**Your instructions**.
Transcribe the records word for word, beginning with the first line and ending with the line that contains "Circle(F0_R)"; include nothing else.

**Dataset items**.
########################################

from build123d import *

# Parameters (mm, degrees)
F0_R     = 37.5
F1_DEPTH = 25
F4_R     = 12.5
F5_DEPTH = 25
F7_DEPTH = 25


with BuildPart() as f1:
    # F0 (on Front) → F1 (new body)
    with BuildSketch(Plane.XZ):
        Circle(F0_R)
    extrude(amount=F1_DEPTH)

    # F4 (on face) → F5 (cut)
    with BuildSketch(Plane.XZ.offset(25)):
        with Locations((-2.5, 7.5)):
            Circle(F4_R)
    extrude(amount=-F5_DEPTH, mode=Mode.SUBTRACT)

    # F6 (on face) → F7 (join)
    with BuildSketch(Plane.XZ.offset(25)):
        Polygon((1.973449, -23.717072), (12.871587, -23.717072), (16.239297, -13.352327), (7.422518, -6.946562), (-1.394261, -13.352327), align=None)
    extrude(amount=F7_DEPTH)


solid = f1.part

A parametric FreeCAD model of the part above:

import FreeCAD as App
import Part
import Sketcher
Q = App.Units.Quantity

doc = App.newDocument("Part")
body = doc.addObject("PartDesign::Body", "Body")

sketch1 = body.newObject("Sketcher::SketchObject", "Sketch")
sketch1.AttachmentSupport = (doc.getObject("XZ_Plane"), [""])
sketch1.MapMode = "FlatFace"
sketch1.addGeometry(Part.Circle(App.Vector(0, 0, 0), App.Vector(0, 0, 1), 37.5), False)
sketch1.addConstraint([
    Sketcher.Constraint("Coincident", 0, 3, -1, 1),
    Sketcher.Constraint("Diameter", 0, Q("75 mm")),
])
pad1 = body.newObject("PartDesign::Pad", "Pad")
pad1.Profile = sketch1
pad1.Length = 25

sketch2 = body.newObject("Sketcher::SketchObject", "Sketch001")
sketch2.AttachmentSupport = (doc.getObject("XZ_Plane"), [""])
sketch2.MapMode = "FlatFace"
sketch2.AttachmentOffset = App.Placement(App.Vector(0, 0, 25), App.Rotation())
sketch2.addGeometry(Part.Circle(App.Vector(-2.5, 7.5, 0), App.Vector(0, 0, 1), 12.5), False)
sketch2.addConstraint([
    Sketcher.Constraint("Diameter", 0, Q("25 mm")),
    Sketcher.Constraint("DistanceX", 0, 3, -1, 1, Q("2.5 mm")),
    Sketcher.Constraint("DistanceY", -1, 1, 0, 3, Q("7.5 mm")),
])
pocket1 = body.newObject("PartDesign::Pocket", "Pocket")
pocket1.Profile = sketch2
pocket1.Length = 25

sketch3 = body.newObject("Sketcher::SketchObject", "Sketch002")
sketch3.AttachmentSupport = (doc.getObject("XZ_Plane"), [""])
sketch3.MapMode = "FlatFace"
sketch3.AttachmentOffset = App.Placement(App.Vector(0, 0, 25), App.Rotation())
sketch3.addGeometry([
    Part.LineSegment(App.Vector(1.973449, -23.717072, 0), App.Vector(12.871587, -23.717072, 0)),
    Part.LineSegment(App.Vector(12.871587, -23.717072, 0), App.Vector(16.239297, -13.352327, 0)),
    Part.LineSegment(App.Vector(16.239297, -13.352327, 0), App.Vector(7.422518, -6.946562, 0)),
    Part.LineSegment(App.Vector(7.422518, -6.946562, 0), App.Vector(-1.394261, -13.352327, 0)),
    Part.LineSegment(App.Vector(-1.394261, -13.352327, 0), App.Vector(1.973449, -23.717072, 0)),
], False)
sketch3.addConstraint([
    Sketcher.Constraint("Coincident", 0, 2, 1, 1),
    Sketcher.Constraint("Coincident", 1, 2, 2, 1),
    Sketcher.Constraint("Coincident", 2, 2, 3, 1),
    Sketcher.Constraint("Coincident", 3, 2, 4, 1),
    Sketcher.Constraint("Coincident", 4, 2, 0, 1),
    Sketcher.Constraint("Horizontal", 0),
    Sketcher.Constraint("Horizontal", 1, 2, 3, 2),
    Sketcher.Constraint("Equal", 1, 2),
    Sketcher.Constraint("Equal", 2, 3),
    Sketcher.Constraint("Equal", 3, 4),
    Sketcher.Constraint("Angle", 1, Q("71.999999 deg")),
    Sketcher.Constraint("Angle", 2, Q("144 deg")),
    Sketcher.Constraint("Distance", 2, Q("10.898138 mm")),
    Sketcher.Constraint("DistanceX", -1, 1, 2, 2, Q("7.422518 mm")),
    Sketcher.Constraint("DistanceY", 0, 2, -1, 1, Q("23.717072 mm")),
])
pad2 = body.newObject("PartDesign::Pad", "Pad001")
pad2.Profile = sketch3
pad2.Length = 25

doc.recompute()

########################################

**Exercise solution**.
from build123d import *

# Parameters (mm, degrees)
F0_R     = 37.5
F1_DEPTH = 25
F4_R     = 12.5
F5_DEPTH = 25
F7_DEPTH = 25


with BuildPart() as f1:
    # F0 (on Front) → F1 (new body)
    with BuildSketch(Plane.XZ):
        Circle(F0_R)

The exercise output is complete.